I'm a noob in the realm of fire emblem so i have no idea what you are talking about. I need to learn more.


----------



## M&F (Apr 8, 2020)

finally, a place where we can corral that impulse away from presently unafflicted people- ahem

so, fire emblem's been my hyperfixation for about 10 years if not more now, having supplanted Pokémon for that spot



IndigoEmmy said:


> I'm a noob in the realm of fire emblem so i have no idea what you are talking about. I need to learn more.


it is -- or was? or soon will cease to be? -- a fire emblem trading card game that circulated only in Japan, but made waves in the intl fandom because the cards have pretty nice art like 40% of the time

to wit:





hey TCoD, your favorite fremblem is lilina, whats yours


----------



## IndigoClaudia (Apr 8, 2020)

Well now i know something new. A fire emblem trading card game. Cool art. I wish that made it to america.


----------



## I liek Squirtles (Apr 8, 2020)

Cipher never being localized is a damn shame, I adore trading card games...

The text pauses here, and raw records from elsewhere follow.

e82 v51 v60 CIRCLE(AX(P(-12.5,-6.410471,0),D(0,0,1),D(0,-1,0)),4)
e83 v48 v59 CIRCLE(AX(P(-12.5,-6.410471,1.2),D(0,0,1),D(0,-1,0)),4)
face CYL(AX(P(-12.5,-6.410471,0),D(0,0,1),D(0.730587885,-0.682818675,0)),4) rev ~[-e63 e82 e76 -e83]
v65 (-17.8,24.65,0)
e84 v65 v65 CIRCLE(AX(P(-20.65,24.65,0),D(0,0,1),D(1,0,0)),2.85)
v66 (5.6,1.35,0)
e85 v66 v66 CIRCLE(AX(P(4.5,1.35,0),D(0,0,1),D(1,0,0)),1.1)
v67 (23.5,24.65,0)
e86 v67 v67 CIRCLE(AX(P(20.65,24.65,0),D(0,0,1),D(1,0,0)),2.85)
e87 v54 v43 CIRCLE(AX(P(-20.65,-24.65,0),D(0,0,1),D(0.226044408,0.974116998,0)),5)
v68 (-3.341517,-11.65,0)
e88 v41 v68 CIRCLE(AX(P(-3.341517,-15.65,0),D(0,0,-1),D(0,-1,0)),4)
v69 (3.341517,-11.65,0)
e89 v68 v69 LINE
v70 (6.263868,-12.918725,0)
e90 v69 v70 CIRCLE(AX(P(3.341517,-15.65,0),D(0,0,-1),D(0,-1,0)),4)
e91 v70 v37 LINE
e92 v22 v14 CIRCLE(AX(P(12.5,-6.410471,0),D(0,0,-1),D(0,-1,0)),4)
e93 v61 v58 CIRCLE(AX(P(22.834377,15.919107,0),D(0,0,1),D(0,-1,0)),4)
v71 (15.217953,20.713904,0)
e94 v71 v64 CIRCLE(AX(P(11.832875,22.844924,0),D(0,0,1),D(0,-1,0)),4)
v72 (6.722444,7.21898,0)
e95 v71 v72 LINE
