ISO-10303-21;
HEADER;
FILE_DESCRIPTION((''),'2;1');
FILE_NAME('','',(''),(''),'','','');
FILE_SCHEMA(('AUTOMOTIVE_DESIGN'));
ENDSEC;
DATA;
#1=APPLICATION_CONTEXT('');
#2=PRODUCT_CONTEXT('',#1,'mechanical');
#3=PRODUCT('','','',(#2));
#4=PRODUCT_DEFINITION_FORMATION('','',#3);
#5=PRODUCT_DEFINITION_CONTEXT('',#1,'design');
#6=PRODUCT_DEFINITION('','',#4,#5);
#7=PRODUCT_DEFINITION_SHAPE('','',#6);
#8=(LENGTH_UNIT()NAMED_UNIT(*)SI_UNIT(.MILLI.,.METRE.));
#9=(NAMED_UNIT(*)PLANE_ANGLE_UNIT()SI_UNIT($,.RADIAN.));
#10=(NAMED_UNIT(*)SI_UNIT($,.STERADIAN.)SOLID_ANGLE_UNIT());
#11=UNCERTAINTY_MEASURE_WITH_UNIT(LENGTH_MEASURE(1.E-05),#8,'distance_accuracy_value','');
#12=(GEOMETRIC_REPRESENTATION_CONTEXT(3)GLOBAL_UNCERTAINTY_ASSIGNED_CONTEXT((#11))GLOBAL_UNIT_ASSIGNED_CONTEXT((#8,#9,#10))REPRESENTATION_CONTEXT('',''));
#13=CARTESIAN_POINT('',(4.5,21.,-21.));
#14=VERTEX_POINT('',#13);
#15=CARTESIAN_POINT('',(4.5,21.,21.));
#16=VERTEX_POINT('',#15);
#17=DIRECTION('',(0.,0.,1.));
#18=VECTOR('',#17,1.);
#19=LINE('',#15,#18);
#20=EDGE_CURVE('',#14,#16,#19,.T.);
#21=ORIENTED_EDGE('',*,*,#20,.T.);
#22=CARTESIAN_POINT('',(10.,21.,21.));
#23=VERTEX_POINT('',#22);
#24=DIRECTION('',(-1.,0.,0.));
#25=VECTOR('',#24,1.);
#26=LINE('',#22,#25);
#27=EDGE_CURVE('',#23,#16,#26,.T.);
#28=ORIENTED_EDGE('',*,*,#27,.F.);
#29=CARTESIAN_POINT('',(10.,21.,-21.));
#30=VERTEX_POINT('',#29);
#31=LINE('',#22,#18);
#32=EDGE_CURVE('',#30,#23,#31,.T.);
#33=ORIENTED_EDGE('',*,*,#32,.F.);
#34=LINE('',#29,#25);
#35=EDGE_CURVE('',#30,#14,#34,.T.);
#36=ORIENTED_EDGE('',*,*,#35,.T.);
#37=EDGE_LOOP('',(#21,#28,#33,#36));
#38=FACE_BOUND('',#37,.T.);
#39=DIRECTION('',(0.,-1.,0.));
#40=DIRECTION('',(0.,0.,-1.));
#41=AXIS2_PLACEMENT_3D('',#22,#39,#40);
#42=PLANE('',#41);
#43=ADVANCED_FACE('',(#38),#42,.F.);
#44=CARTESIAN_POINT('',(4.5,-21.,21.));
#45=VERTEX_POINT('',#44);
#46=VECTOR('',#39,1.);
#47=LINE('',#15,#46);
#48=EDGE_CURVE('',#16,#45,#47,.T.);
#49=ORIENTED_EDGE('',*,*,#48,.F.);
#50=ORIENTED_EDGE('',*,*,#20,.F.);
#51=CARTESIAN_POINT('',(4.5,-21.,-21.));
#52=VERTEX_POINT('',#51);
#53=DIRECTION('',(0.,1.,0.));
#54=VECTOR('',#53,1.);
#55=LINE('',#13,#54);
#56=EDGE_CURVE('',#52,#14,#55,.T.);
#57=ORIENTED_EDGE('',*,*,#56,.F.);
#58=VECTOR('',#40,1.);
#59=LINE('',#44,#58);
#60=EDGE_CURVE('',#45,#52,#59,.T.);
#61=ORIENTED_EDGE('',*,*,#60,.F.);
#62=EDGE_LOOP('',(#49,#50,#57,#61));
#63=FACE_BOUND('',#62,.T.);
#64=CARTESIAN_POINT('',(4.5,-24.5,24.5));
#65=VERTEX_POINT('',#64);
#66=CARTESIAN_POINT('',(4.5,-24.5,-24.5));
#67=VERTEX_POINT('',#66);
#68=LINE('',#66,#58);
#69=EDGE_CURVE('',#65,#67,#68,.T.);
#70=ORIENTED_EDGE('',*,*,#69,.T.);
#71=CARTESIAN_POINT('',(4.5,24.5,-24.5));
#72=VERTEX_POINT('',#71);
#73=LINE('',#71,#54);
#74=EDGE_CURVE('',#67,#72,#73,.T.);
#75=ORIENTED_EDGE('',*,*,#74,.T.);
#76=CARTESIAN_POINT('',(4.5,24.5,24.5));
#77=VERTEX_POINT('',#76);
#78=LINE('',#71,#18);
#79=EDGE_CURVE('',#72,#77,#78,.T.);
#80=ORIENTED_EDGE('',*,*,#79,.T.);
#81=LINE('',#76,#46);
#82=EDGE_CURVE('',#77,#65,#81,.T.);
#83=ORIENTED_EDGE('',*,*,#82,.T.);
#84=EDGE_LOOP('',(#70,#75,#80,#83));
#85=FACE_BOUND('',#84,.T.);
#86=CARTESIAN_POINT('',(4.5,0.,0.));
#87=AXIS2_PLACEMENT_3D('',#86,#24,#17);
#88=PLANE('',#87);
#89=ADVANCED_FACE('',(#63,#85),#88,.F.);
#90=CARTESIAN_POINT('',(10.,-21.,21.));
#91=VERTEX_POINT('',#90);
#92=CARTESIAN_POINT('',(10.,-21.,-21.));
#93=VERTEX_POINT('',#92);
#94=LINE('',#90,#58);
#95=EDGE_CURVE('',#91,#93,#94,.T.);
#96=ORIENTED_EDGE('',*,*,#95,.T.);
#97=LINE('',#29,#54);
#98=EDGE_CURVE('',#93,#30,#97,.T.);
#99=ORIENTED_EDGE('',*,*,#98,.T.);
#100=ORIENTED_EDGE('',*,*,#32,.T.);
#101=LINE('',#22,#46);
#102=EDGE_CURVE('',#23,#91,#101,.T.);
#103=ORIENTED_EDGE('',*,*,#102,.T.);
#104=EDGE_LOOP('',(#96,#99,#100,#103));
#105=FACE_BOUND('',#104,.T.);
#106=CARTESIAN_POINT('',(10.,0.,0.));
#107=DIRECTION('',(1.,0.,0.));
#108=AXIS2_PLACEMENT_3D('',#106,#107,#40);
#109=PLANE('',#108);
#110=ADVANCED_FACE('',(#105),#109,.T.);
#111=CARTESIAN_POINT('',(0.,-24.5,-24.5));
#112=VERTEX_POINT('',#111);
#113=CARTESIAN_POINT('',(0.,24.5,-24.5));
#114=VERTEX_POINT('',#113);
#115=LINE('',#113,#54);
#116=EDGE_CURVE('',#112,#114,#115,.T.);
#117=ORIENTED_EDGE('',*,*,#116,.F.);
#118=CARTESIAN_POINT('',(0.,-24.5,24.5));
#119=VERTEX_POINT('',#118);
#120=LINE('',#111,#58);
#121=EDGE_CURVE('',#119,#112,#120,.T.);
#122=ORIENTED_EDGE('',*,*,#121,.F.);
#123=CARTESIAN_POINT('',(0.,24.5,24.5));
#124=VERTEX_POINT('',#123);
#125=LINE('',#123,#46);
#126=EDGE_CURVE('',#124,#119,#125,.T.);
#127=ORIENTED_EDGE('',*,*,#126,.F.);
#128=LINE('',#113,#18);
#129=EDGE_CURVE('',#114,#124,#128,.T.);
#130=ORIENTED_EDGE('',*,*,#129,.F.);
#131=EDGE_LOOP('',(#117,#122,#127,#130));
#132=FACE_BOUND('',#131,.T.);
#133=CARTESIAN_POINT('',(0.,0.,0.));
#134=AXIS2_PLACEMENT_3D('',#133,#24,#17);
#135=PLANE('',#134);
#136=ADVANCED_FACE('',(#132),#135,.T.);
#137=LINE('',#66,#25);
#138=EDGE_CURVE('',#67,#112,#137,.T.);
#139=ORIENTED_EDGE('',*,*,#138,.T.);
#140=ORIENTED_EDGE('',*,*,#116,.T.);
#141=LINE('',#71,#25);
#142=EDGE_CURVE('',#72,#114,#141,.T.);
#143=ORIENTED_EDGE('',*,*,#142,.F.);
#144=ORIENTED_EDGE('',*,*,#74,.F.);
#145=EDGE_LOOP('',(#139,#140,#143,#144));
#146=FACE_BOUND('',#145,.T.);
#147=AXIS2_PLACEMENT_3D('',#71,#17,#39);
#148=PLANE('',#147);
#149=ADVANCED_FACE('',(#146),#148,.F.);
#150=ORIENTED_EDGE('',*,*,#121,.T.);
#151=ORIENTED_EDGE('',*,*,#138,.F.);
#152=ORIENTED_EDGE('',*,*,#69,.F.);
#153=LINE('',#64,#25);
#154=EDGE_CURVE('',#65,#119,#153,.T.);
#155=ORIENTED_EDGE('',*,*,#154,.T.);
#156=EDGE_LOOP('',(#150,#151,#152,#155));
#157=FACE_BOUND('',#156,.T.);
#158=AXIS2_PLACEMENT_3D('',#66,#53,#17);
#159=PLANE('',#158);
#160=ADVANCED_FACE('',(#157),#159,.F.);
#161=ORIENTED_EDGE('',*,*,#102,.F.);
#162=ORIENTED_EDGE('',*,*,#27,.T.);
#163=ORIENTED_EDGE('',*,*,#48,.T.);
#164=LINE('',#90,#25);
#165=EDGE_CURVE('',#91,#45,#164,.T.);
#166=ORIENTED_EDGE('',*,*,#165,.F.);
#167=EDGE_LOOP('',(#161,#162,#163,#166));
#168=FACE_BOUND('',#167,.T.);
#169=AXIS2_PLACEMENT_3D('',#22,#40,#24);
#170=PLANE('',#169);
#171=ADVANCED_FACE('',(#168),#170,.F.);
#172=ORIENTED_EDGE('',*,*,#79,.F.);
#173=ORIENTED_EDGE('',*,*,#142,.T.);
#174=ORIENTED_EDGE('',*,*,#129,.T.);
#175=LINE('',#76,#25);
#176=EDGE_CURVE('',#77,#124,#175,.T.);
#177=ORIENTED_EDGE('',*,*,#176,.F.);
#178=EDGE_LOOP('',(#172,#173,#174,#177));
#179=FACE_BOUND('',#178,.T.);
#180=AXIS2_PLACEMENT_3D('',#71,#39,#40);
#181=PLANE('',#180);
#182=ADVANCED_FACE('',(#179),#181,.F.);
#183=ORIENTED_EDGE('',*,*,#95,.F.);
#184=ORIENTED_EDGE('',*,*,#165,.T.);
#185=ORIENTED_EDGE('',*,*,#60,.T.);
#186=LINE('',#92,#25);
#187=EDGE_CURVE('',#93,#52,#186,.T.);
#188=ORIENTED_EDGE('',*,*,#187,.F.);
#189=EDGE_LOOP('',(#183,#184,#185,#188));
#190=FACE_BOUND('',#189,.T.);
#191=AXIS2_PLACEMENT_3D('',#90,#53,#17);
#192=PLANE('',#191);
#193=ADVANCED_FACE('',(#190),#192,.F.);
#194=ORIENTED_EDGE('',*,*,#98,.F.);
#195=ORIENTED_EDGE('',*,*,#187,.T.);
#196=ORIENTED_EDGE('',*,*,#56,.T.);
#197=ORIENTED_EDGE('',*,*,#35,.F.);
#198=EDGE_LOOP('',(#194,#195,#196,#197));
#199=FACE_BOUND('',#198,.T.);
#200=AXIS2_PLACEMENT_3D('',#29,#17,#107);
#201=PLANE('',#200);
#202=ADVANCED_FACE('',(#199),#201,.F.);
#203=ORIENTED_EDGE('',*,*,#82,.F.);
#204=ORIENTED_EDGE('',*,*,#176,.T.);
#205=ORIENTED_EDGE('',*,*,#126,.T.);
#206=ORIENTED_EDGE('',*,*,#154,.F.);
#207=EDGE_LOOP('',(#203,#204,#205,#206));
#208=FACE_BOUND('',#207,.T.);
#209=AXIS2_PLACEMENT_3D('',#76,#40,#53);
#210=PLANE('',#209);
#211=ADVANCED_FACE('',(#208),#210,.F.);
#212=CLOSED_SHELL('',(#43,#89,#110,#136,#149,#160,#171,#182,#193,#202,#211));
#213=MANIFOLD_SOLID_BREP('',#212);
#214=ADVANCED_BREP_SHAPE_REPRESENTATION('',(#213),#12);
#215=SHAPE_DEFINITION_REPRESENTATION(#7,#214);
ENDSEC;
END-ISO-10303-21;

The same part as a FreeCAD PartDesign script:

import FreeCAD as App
import Part
import Sketcher


def add_polygon(sketch, points):
    """Adds a closed chain of lines whose ends are joined by coincident constraints."""
    first, n = sketch.GeometryCount, len(points)
    for a, b in zip(points, points[1:] + points[:1]):
        sketch.addGeometry(Part.LineSegment(App.Vector(*a, 0), App.Vector(*b, 0)), False)
    for i in range(n):
        sketch.addConstraint(Sketcher.Constraint("Coincident", first + i, 2, first + (i + 1) % n, 1))

doc = App.newDocument("Part")
body = doc.addObject("PartDesign::Body", "Body")

sketch1 = doc.addObject("Sketcher::SketchObject", "Sketch")
body.addObject(sketch1)
sketch1.AttachmentSupport = (doc.YZ_Plane, [""])
sketch1.MapMode = "FlatFace"
add_polygon(sketch1, [(24, 24), (-24, 24), (-24, -24), (24, -24)])
sketch1.addConstraint([
    Sketcher.Constraint("Horizontal", 0),
    Sketcher.Constraint("Vertical", 1),
    Sketcher.Constraint("Horizontal", 2),
    Sketcher.Constraint("Vertical", 3),
    Sketcher.Constraint("Symmetric", 0, 2, 2, 2, -1, 1),
    Sketcher.Constraint("Equal", 2, 1),
    Sketcher.Constraint("DistanceX", 0, 2, 0, 1, 49.0),
])
pad1 = doc.addObject("PartDesign::Pad", "Pad")
body.addObject(pad1)
pad1.Profile = sketch1
pad1.Length = 4.5

sketch2 = doc.addObject("Sketcher::SketchObject", "Sketch001")
body.addObject(sketch2)
sketch2.AttachmentSupport = (doc.YZ_Plane, [""])
sketch2.MapMode = "FlatFace"
sketch2.AttachmentOffset = App.Placement(App.Vector(0, 0, 4.5), App.Rotation())
add_polygon(sketch2, [(21, 21), (-21, 21), (-21, -21), (21, -21)])
sketch2.addConstraint([
    Sketcher.Constraint("Horizontal", 0),
    Sketcher.Constraint("Vertical", 1),
    Sketcher.Constraint("Horizontal", 2),
    Sketcher.Constraint("Vertical", 3),
    Sketcher.Constraint("Symmetric", 0, 2, 2, 2, -1, 1),
    Sketcher.Constraint("Equal", 2, 1),
    Sketcher.Constraint("DistanceX", 0, 2, 0, 1, 42.0),
])
pad2 = doc.addObject("PartDesign::Pad", "Pad001")
body.addObject(pad2)
pad2.Profile = sketch2
pad2.Length = 5.5

doc.recompute()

My favorite fremblem is Celica because she would routinely carry for me. Close behind are her three friends (Mae, Boey, and Genny), Boyd, and Bastian.


----------



## M&F (Apr 20, 2020)

today's the 30th anniversary of Fire Emblem! on this very day in 1990, the first title in the franchise was being released for the NES in Japan

you can really tell it was the 90s because of the art


----------



## IndigoClaudia (Apr 20, 2020)

whaaat! Yay fire emblem!!!


----------



## I liek Squirtles (Apr 21, 2020)

The photo has extreme Ralph Bakshi's Lord of the Rings energy

Man I can't believe Fire Emblem is a millenial.


----------



## IndigoClaudia (Apr 21, 2020)

Does this mean pokémon is a millenial too?


----------



## I liek Squirtles (Jul 9, 2020)

Pokemon is almost on the edge between Millenial and Gen Z, but since it was enjoyed by Millenials when it came out (on account of Gen Z not existing lmao), I'd say it's a Millenial. 

Posting to say I have finished all of Tellius and Boy What A Ride. I've already talked to some folks at lengths about my thoughts on it but here are some more (mostly about Radiant Dawn since my playthrough of Path of Radiance was stretched over at least a year). I'll limit spoilers as best I can:

-Tellius would generally benefit from better character development, especially RD. The base conversations are fantastic, but the support system is lacking to say the least. The limitations of PoR's support system are pretty sucky and aren't stated upfront. RD made support conversations matter even less since they're mostly platitudes, not really anything of substance (though obviously I suppose it would be hard to say things of substance while on the battlefield :P)
-That being said, I'm a big fan of the plot of the games and thought that stretching the whole thing over two games was a fantastic idea. All the big pressing issues of PoR were resolved nicely while still leaving enough for the sequel to run with. I also appreciated that the plot wasn't just 'must defeat bad guy bc they're Bad' but that there's a bit more narrative complexity in the fights, especially in RD, where the shifting perspectives force you to fight folks (both named and not) who are on the other protagonist's side.
-I felt the whole racism thing was very well done, and the animuses (animi?) between races served as great motivation on both sides to want to murder each other.
-Ashnard was a much better antagonist than the senators imo. The Big Bad, though cool, kinda came out of nowhere. 
-I'm a sucker for big everyone is here moments and FE10 delivered. Can't say more than that without talking spoilers.
-I have mixed feelings on the music. Sometimes it goes hard and sometimes I'm just like eh.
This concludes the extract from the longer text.